Now that everything is out in the open, they will all speak in my place – the IRA, the British, my family, my close friends, journalists I’ve never even met. Some of them will go so far as to explain how and why I ended up a traitor. It incenses me that books may well be written about me. Do not listen to any of their claims. Do not trust my enemies, and even less my friends. Ignore those who will say they knew me. Nobody has ever walked in my shoes, nobody. The only reason I am speaking out now is because I am the only one who can tell the truth. After I’m gone, I hope for silence.

Killybegs, 24 December 2006

Tyrone Meehan

1

When my father beat me he’d shout in English, as if he didn’t want his language mixed up in that. He’d strike with his mouth twisted, yelling like a soldier in combat. When my father beat me he was no longer my father, just Padraig Meehan. War-wounded, stony-faced, Meehan the ill wind people crossed the street to avoid. When my father had been drinking he’d batter the ground; shatter the air. When he’d come into my room, the night would shift. He wouldn’t light the candle. He’d breathe like an old animal and I’d wait for the blows.

When my father had been drinking he’d occupy Ireland the way our enemy had. His hostility was widespread. It extended from under our roof, across his threshold, along the lanes of Killybegs, over the bog and the edge of the forest, covering day and night. Far and wide, he’d take over areas with sudden advances. You’d see him from a long way off. You’d hear him from a long way off. He’d trip over his words and movements. In Mullin’s, the village pub, he’d slide from his barstool, approach tables and slam his hands down flat between the glasses. That was his response when he didn’t agree with someone. No words, his fingers in the spilt beer and that look of his. The others would fall silent, caps lowered and eyes hidden. Then he’d stand up straight again, challenging the room with arms crossed, waiting for a response. When my father had been drinking he’d frighten people.

One day, on the lane down to the port, he punched George, old McGarrigle’s mule. The coalman had named his animal after the king of England so he’d be able to boot him up the backside. I was there, following my father. Still intoxicated from the previous night, he walked with jerky, staggering steps and I scurried along in his wake. On a street corner, opposite the church, old McGarrigle was struggling. He pulled at his motionless donkey, one hand on the saddle, the other on the halter, and threatened him, calling him every name under the sun. My father stopped. He watched the old man with his baulking animal, the distress of one, the obstinacy of the other, and he crossed the street. He pushed McGarrigle aside and stood facing the donkey, talking to him roughly, as though speaking with the British sovereign. He asked him whether he knew who Padraig Meehan was, if he’d any idea who he was dealing with. He was bent over him, forehead to forehead, menacing, waiting for a response from the animal, a movement, surrender. And then he struck, a terrible blow between the eye and nostril. George swayed and keeled over on his flank. The cart tipped out its pieces of coal.

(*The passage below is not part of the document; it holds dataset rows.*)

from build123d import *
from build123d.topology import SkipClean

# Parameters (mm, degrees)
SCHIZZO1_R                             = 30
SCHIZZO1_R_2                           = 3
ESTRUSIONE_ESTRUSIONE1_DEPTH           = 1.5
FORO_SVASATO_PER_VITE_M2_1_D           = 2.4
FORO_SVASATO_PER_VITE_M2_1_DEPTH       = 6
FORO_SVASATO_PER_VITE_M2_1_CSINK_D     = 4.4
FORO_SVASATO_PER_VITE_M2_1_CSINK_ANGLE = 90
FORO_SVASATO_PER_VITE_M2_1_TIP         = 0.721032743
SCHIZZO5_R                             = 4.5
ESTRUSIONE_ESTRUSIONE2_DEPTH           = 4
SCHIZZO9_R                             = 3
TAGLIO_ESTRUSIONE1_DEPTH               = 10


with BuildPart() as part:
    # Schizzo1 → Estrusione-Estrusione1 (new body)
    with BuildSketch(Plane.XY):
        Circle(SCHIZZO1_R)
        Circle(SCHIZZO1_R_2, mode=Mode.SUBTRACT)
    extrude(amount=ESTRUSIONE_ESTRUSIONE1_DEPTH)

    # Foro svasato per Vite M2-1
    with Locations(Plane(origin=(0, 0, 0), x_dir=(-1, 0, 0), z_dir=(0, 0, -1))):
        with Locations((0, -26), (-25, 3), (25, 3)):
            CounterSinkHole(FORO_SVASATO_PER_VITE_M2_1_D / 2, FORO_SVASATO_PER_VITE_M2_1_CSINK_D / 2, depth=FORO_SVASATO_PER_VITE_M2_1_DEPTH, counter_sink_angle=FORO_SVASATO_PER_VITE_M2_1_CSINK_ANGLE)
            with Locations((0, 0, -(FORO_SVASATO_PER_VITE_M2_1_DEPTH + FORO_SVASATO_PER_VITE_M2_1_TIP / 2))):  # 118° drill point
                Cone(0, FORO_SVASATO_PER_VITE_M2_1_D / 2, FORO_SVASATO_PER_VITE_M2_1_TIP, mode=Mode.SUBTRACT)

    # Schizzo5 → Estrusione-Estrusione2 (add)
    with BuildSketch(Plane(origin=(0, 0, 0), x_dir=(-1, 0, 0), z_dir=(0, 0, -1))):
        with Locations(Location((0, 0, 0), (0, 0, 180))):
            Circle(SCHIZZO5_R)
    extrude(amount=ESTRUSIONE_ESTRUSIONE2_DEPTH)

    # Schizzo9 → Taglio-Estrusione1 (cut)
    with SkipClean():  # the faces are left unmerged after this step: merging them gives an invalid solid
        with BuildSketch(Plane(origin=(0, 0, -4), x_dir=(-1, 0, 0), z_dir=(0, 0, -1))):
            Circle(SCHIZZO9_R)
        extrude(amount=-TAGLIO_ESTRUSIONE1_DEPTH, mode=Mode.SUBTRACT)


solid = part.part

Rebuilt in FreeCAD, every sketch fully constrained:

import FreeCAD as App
import Part
import Sketcher

V = App.Vector
Q = App.Units.Quantity

doc = App.newDocument("Part")
params = doc.addObject("Spreadsheet::Sheet", "Params")
for row, (alias, value) in enumerate([
    ("sketch1_diameter", "60 mm"),
    ("sketch1_diameter2", "6 mm"),
    ("pad1_length", "1.5 mm"),
    ("sketch2_diameter", "2.4 mm"),
    ("hole_diameter", "2.4 mm"),
    ("hole_depth", "6 mm"),
    ("hole_csink_diameter", "4.4 mm"),
    ("sketch3_diameter", "9 mm"),
    ("pad2_length", "4 mm"),
    ("sketch4_diameter", "6 mm"),
    ("pocket1_length", "10 mm"),
], start=1):
    params.set(f"A{row}", alias)
    params.set(f"B{row}", "=" + value)
    params.setAlias(f"B{row}", alias)

body = doc.addObject("PartDesign::Body", "Body")

# Sketch on XY plane
sketch1 = doc.addObject("Sketcher::SketchObject", "Sketch")
body.addObject(sketch1)
sketch1.AttachmentSupport = (doc.XY_Plane, [""])
sketch1.MapMode = "FlatFace"
sketch1.addGeometry(Part.Circle(V(0, 0, 0), V(0, 0, 1), 30), False)
sketch1.addGeometry(Part.Circle(V(0, 0, 0), V(0, 0, 1), 3), False)
sketch1.addConstraint(Sketcher.Constraint("Coincident", 0, 3, -1, 1))
sketch1.addConstraint(Sketcher.Constraint("Coincident", 1, 3, -1, 1))
sketch1.addConstraint(Sketcher.Constraint("Diameter", 0, Q("60 mm")))
sketch1.addConstraint(Sketcher.Constraint("Diameter", 1, Q("6 mm")))
sketch1.setExpression("Constraints[2]", "Params.sketch1_diameter")
sketch1.setExpression("Constraints[3]", "Params.sketch1_diameter2")
pad1 = doc.addObject("PartDesign::Pad", "Pad")
body.addObject(pad1)
pad1.Profile = sketch1
pad1.setExpression("Length", "Params.pad1_length")

# Sketch on XY plane
sketch2 = doc.addObject("Sketcher::SketchObject", "Sketch001")
body.addObject(sketch2)
sketch2.AttachmentSupport = (doc.XY_Plane, [""])
sketch2.MapMode = "FlatFace"
sketch2.addGeometry(Part.Circle(V(0, -26, 0), V(0, 0, 1), 1.2), False)
sketch2.addGeometry(Part.Circle(V(25, 3, 0), V(0, 0, 1), 1.2), False)
sketch2.addGeometry(Part.Circle(V(-25, 3, 0), V(0, 0, 1), 1.2), False)
sketch2.addConstraint(Sketcher.Constraint("Equal", 0, 1))
sketch2.addConstraint(Sketcher.Constraint("Equal", 1, 2))
sketch2.addConstraint(Sketcher.Constraint("Symmetric", 1, 3, 2, 3, -2))
sketch2.addConstraint(Sketcher.Constraint("PointOnObject", 0, 3, -2))
sketch2.addConstraint(Sketcher.Constraint("Diameter", 0, Q("2.4 mm")))
sketch2.addConstraint(Sketcher.Constraint("DistanceY", 0, 3, -1, 1, Q("26 mm")))
sketch2.addConstraint(Sketcher.Constraint("DistanceX", -1, 1, 1, 3, Q("25 mm")))
sketch2.addConstraint(Sketcher.Constraint("DistanceY", -1, 1, 1, 3, Q("3 mm")))
sketch2.setExpression("Constraints[4]", "Params.sketch2_diameter")
doc.recompute()
hole = doc.addObject("PartDesign::Hole", "Hole")
body.addObject(hole)
hole.Profile = sketch2
hole.ThreadType = "None"
hole.setExpression("Diameter", "Params.hole_diameter")
hole.DepthType = "Dimension"
hole.setExpression("Depth", "Params.hole_depth")
hole.DrillPoint = "Angled"
hole.DrillPointAngle = 118
hole.HoleCutType = "Countersink"
hole.setExpression("HoleCutDiameter", "Params.hole_csink_diameter")
hole.HoleCutCountersinkAngle = 90
hole.Reversed = True

# Sketch on XY plane
sketch3 = doc.addObject("Sketcher::SketchObject", "Sketch002")
body.addObject(sketch3)
sketch3.AttachmentSupport = (doc.XY_Plane, [""])
sketch3.MapMode = "FlatFace"
sketch3.addGeometry(Part.Circle(V(0, 0, 0), V(0, 0, 1), 4.5), False)
sketch3.addConstraint(Sketcher.Constraint("Coincident", 0, 3, -1, 1))
sketch3.addConstraint(Sketcher.Constraint("Diameter", 0, Q("9 mm")))
sketch3.setExpression("Constraints[1]", "Params.sketch3_diameter")
pad2 = doc.addObject("PartDesign::Pad", "Pad001")
body.addObject(pad2)
pad2.Profile = sketch3
pad2.setExpression("Length", "Params.pad2_length")
pad2.Reversed = True

# Sketch on XY plane
sketch4 = doc.addObject("Sketcher::SketchObject", "Sketch003")
body.addObject(sketch4)
sketch4.AttachmentSupport = (doc.XY_Plane, [""])
sketch4.MapMode = "FlatFace"
sketch4.AttachmentOffset = App.Placement(V(0, 0, -4), App.Rotation())
sketch4.addGeometry(Part.Circle(V(0, 0, 0), V(0, 0, 1), 3), False)
sketch4.addConstraint(Sketcher.Constraint("Coincident", 0, 3, -1, 1))
sketch4.addConstraint(Sketcher.Constraint("Diameter", 0, Q("6 mm")))
sketch4.setExpression("Constraints[1]", "Params.sketch4_diameter")
pocket1 = doc.addObject("PartDesign::Pocket", "Pocket")
body.addObject(pocket1)
pocket1.Profile = sketch4
pocket1.setExpression("Length", "Params.pocket1_length")
pocket1.Reversed = True

doc.recompute()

—Éirinn go Brách!shouted my father. Then he pulled me by the arm. Speaking Irish is resisting, he murmured once more. And we continued on our way.

As a child, my mother used to send me to fetch him home from the pub. It would be dark out. I’d be too afraid to go in so I’d wander back and forth in front of the pub’sfrosted door and its windows with their curtains drawn. I’d wait for a man to emerge so I could slip in to the odour of sour beer, sweat, damp overcoats and cold tobacco.

—Looks like you’d best go home for your tea, Pat, my father’s friends would joke.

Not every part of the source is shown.